Durante el siglo XIX, algunos científicos utilizaron los pechos como los frenólogos[16] el cráneo, para delimitar y clasificar las diversas razas humanas. Algunos pechos eran más iguales que otros. El pecho europeo se dibujaba como un hemisferio erguido: he aquí el pecho inteligente y civilizado. El pecho de una mujer africana se representaba fláccido y colgante, como una ubre de cabra. En la literatura abolicionista las esclavas se representan con pechos erguidos, redondos y agradables, el contrapunto con melanina de los encorsetados senos de sus amas.

Linneo nos vinculó a los demás mamíferos por nuestra posesión de tetas, pero nuestros pechos, como bien sabemos, son solo nuestros. Los pensadores evolucionistas también lo sabían y nos han ofrecido toda una serie de justificaciones para su presencia. Pero, como afirma Caroline Pond, hay pocos datos que respalden cualquiera de estas teorías. No disponemos de pistas que nos indiquen en qué momento de la historia evolutiva aparecieron los pechos. No se fosilizan. No sabemos si aparecieron antes o después de que perdiéramos nuestro pelo corporal y tampoco sabemos cuándo o por qué lo perdimos. Pero los pechos representan un rasgo tan característico del cuerpo femenino que los científicos siguen investigándolos en búsqueda de pistas. Se sienten confundidos por ellos, ¡y es comprensible!

Los hombres no tienen pechos, pero les gusta reivindicar su propiedad, toquetear a su novia judía y sentir que tuvieron algo que ver en su invención. No debería sorprendernos que muchas teorías evolucionistas postulen que los pechos surgieron para hablar con los hombres. Sin duda, la explicación más conocida en esta línea procede del zoólogo británico Desmond Morris, que en 1967 escribió un libro que tuvo un éxito espectacular, El mono desnudo, y en el que presentaba una metáfora sin parangón, la de los senos como imitación de las nalgas. Seguro que hemos oído hablar de esta teoría en alguna parte. Es difícil evitarlo. Como los Rolling Stones, se niega a retirarse. Según fue concebida originalmente, la teoría se basaba en una serie de postulados, el primero de ellos que hombres y mujeres necesitaron crear un vínculo de pareja —más conocido como matrimonio— para criar a los hijos. Dicho vínculo exigía cultivar la intimidad de forma continuada entre los miembros de la pareja, lo que significaba pasar a mantener relaciones sexuales cara a cara y no en el anónimo estilo perrito, que se supone que habría sido la técnica copulatoria de nuestros antepasados prehumanos. Con tal fin, el clítoris migró hacia delante, para proporcionarles a las mujeres primitivas el incentivo de buscar el sexo frontal. Para los caballeros, el pecho surgió como inspiración para modificar su técnica, ofreciéndoles un recuerdo frontal de una parte del cuerpo que tanto habían codiciado desde atrás. En libros posteriores, Morris ha repetido esta teoría, ilustrándola con fotografías donde compara una serie de nalgas femeninas con una serie de tetas.
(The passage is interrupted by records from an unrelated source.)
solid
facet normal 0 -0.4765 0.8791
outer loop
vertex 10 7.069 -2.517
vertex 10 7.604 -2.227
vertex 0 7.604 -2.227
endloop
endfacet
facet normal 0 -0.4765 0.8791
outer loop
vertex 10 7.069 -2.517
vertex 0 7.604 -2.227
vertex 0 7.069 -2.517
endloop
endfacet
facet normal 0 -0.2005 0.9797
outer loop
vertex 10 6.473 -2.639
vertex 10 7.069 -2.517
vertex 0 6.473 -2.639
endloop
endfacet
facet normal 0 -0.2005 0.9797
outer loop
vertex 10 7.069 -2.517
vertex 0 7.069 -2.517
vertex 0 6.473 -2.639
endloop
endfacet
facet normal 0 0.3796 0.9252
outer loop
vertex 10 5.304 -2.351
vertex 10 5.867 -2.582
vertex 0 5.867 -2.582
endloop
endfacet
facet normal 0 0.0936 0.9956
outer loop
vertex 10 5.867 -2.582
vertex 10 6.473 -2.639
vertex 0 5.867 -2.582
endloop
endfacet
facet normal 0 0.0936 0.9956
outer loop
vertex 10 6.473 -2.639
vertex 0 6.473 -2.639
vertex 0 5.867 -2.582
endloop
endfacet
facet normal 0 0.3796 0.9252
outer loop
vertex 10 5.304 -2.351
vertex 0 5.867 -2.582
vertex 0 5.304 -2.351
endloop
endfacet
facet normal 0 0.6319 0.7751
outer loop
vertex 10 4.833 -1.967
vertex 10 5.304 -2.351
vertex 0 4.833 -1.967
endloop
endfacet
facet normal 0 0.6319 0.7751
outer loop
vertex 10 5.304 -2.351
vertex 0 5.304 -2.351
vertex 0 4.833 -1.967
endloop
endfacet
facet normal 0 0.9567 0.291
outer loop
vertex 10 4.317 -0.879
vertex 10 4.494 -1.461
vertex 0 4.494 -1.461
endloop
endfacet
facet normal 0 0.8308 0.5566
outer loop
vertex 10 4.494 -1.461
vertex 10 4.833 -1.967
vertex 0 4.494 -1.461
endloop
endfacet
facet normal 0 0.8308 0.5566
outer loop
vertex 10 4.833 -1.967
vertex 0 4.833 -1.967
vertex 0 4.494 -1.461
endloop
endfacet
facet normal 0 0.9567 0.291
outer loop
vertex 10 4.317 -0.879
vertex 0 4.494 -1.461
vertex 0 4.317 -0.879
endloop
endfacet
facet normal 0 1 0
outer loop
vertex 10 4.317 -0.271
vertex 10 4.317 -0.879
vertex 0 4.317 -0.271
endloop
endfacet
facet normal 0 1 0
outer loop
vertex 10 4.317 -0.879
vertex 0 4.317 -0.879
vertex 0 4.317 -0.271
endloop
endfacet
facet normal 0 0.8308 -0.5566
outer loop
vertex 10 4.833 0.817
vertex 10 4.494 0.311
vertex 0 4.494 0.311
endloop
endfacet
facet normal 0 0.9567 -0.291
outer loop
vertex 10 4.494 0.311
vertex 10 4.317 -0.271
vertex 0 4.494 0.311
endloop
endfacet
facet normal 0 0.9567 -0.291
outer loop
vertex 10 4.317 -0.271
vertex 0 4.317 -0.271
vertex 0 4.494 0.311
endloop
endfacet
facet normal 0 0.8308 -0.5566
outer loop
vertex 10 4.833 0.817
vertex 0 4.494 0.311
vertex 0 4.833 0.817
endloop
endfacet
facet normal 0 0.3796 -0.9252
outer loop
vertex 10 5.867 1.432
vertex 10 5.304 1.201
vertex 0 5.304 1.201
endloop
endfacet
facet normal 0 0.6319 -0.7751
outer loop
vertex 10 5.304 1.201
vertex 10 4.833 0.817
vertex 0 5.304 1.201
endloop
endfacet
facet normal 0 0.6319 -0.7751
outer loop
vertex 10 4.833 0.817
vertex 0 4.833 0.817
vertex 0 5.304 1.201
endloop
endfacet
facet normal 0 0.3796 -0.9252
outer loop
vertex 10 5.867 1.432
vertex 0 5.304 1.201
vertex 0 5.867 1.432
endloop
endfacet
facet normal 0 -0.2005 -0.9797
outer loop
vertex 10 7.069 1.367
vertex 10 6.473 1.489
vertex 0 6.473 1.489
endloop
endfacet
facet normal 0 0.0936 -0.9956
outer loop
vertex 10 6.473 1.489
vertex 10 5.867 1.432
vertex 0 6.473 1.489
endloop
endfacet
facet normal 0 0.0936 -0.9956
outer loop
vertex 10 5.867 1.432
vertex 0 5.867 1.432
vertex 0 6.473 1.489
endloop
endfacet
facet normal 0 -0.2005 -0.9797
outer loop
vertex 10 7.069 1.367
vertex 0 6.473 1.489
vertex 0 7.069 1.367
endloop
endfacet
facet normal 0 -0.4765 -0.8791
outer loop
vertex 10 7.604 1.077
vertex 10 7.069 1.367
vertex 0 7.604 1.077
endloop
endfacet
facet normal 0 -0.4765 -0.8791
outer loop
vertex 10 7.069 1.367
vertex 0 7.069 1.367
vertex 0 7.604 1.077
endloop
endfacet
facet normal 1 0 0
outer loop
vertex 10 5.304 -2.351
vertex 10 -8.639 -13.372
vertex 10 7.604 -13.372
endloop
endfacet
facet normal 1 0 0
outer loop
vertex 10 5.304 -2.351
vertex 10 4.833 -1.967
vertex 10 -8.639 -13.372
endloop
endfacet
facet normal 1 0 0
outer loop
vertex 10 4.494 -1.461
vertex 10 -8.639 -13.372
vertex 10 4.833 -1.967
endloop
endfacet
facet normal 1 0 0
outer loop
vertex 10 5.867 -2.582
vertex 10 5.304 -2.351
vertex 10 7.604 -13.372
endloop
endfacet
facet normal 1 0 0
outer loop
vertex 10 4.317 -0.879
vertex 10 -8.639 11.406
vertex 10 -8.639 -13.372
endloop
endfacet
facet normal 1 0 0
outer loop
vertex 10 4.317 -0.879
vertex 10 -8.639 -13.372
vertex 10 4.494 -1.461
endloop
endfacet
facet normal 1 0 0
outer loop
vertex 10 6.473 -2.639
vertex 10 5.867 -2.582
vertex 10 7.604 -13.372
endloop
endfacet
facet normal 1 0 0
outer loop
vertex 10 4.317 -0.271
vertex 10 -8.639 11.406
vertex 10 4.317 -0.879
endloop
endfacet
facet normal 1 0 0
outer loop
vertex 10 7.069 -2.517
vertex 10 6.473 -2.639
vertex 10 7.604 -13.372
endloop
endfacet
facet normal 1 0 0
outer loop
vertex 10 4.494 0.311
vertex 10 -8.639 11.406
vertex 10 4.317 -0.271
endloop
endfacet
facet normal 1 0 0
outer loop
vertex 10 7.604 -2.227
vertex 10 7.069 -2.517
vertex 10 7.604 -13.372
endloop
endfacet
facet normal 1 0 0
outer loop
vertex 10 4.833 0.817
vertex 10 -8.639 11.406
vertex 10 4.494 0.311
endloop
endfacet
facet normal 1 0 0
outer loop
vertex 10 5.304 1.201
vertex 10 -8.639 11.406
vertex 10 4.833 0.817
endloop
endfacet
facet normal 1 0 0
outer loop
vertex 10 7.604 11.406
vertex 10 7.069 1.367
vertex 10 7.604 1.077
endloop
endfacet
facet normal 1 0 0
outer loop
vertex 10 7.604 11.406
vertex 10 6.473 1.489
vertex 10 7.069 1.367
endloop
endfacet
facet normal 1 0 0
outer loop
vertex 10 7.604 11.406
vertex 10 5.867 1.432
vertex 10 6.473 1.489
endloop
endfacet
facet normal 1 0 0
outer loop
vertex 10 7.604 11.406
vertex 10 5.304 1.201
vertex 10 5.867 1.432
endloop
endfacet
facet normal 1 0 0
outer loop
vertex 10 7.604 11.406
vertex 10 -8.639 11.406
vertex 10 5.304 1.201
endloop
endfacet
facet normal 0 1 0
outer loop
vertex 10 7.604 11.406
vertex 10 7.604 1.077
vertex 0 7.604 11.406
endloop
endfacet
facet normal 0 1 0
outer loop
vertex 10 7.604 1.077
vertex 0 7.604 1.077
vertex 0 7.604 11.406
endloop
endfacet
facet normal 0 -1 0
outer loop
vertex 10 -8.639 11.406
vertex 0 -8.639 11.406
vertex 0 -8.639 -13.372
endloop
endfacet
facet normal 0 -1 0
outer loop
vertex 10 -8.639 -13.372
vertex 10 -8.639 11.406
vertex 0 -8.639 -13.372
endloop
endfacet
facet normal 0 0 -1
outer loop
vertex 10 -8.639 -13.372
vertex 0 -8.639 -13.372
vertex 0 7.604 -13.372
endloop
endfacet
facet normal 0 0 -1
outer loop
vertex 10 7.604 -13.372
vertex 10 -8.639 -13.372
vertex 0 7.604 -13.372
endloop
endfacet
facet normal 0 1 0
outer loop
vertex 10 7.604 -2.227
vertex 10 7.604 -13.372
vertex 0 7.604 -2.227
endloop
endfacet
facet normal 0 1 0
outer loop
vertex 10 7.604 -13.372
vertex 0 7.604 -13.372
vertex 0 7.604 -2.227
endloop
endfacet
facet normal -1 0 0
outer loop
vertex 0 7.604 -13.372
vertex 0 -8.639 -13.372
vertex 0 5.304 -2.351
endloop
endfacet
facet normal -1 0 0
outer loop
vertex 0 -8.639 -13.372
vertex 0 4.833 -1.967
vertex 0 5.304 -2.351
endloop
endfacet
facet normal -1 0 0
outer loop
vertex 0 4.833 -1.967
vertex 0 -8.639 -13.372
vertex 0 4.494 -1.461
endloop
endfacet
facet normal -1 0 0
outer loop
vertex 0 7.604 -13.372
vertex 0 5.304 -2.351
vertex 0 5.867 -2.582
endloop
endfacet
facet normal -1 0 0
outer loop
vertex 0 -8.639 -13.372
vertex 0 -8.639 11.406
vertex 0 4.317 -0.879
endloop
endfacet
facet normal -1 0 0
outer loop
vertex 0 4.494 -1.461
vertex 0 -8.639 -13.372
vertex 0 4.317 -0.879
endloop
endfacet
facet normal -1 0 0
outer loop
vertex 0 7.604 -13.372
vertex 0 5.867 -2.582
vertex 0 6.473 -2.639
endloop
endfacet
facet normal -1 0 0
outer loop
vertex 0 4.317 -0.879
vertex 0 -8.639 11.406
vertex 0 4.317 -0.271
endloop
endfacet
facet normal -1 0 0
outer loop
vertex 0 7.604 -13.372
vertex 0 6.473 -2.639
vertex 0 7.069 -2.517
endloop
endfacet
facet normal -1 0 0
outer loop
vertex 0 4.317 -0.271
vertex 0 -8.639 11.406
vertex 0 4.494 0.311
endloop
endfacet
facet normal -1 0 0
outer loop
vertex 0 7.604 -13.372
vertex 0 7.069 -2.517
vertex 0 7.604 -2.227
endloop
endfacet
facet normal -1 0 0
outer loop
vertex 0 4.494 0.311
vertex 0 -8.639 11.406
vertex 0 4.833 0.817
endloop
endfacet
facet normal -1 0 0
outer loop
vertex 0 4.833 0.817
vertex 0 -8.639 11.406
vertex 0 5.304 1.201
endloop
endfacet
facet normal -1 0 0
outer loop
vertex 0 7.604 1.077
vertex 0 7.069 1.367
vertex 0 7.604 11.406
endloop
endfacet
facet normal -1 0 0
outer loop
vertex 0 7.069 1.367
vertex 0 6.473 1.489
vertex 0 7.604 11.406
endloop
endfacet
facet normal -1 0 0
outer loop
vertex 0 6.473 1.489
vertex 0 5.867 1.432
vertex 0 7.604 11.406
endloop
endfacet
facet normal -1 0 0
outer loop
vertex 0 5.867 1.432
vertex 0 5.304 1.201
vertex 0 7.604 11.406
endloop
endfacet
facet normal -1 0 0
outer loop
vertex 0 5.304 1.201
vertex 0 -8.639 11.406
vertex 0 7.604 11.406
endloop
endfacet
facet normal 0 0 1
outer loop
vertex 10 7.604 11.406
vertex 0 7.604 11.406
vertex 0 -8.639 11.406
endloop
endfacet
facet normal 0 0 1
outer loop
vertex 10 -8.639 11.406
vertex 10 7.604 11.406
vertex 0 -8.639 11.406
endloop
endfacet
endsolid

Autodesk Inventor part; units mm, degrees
ref_plane "YZ Plane" through (0, 0, 0) normal (1, 0, 0) x (0, 1, 0)
ref_plane "XZ Plane" through (0, 0, 0) normal (0, 1, 0) x (-1, 0, 0)
ref_plane "XY Plane" through (0, 0, 0) normal (0, 0, 1) x (1, 0, 0)
sketch "Boceto1" plane through (0, 0, 0) normal (1, 0, 0) x (0, 1, 0)
  line L0 (7.6041, 11.4062) -> (-8.6387, 11.4062)
  line L1 (-8.6387, 11.4062) -> (-8.6387, -13.3718)
  line L2 (-8.6387, -13.3718) -> (7.6041, -13.3718)
  line L3 (7.6041, -13.3718) -> (7.6041, 11.4062)
  point P0 (0, 0)
extrude "Extrusión1" add sketch "Boceto1" along normal blind 10
sketch "Boceto2" plane through (10, 0, 0) normal (1, 0, 0) x (0, 0, -1)
  line L0 (13.3718, -8.6387) -> (13.3718, 7.6041) projected
  line L1 (-11.4062, -8.6387) -> (13.3718, -8.6387) projected
  point P0 (0, 0)
  point P1 (0.575, 6.3613)
  point P2 (13.3718, -0.5173)
  dimension "d9" = 12.7969
  dimension "d10" = 15
hole "Agujero1" at (10, 6.3613, -0.575) direction (-1, 0, 0) diameter 4.134 end through all thread size "M5x0.8" class "6H" standard "ISO Metric profile"
equation "\"Radio_pliegue\" = Grosor"
equation "\"Anchura_desahogo_plegado\" = Grosor"
equation "\"Profundidad_desahogo_plegado\" = 0.5 * Grosor"
equation "\"Tamaño_destalonado\" = 4 * Grosor"
equation "\"Remanente_mínimo\" = 2 * Grosor"
equation "\"Radiodetransición\" = Radio_pliegue"
equation "\"Tamaño_de_radio_de_Jacobi\" = Radio_pliegue"
equation "\"TamañoSeparación\" = Grosor"
equation "\"Grosor\" = 0.5"
properties part number "Proyecto 1"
Quizá Morris tenga razón al comparar a los pechos con las nalgas, pero ¿quién sabe si fueron las redondeadas nalgas las que se desarrollaron para imitar a los pechos o si ambos, nalgas y pechos, se desarrollaron a la vez por su atractivo estético intrínseco? Las nalgas altas y redondeadas de los humanos no se parecen al trasero, plano y estrecho, de muchos otros primates. Morris y otros sostienen que el carácter hemisférico del glúteo seguramente surgió primero, porque la evolución de la postura erguida demandaba una mayor musculatura en los cuartos traseros. La configuración vertical habilitó también una zona donde se podía almacenar energía en forma de grasa sin interferir con los movimientos básicos, escribe Timothy Taylor en The Prehistory of Sex. Además, la postura erguida introdujo la necesidad de unas nalgas femeninas con una forma seductora, añade Taylor. Cuando una mujer está de pie, no se le ve la vulva. La presentación de la vulva funciona como una importante señal sexual en muchas especies de primates. Si una mujer no puede alardear de su vagina, necesitará otra señal sexual en la retaguardia, así que se acentuaron las nalgas. Y, para asegurarse de que la mujer atraía la atención de los hombres al ir y venir, pronto se hincharon también los pechos. Hasta aquí perfecto, salvo que las mujeres encuentran igual de atractivas las nalgas levantadas y redondeadas de los hombres y también miran las de otras mujeres, además de que los hombres también miran las de otros hombres. Los traseros bonitos son dignos de contemplar, pero no asumieron sus contornos globulares necesariamente para albergar un gran músculo. En lugar de ello, la curvatura de las nalgas humanas en ambos sexos podría haberse seleccionado como un ejemplo más de explotación sensorial y de nuestra preferencia por lo curvo y generoso frente a lo recto y escaso. Puede que no se trate de que los senos imiten a las nalgas o las nalgas a los senos, sino que ambos convergen en un tema común.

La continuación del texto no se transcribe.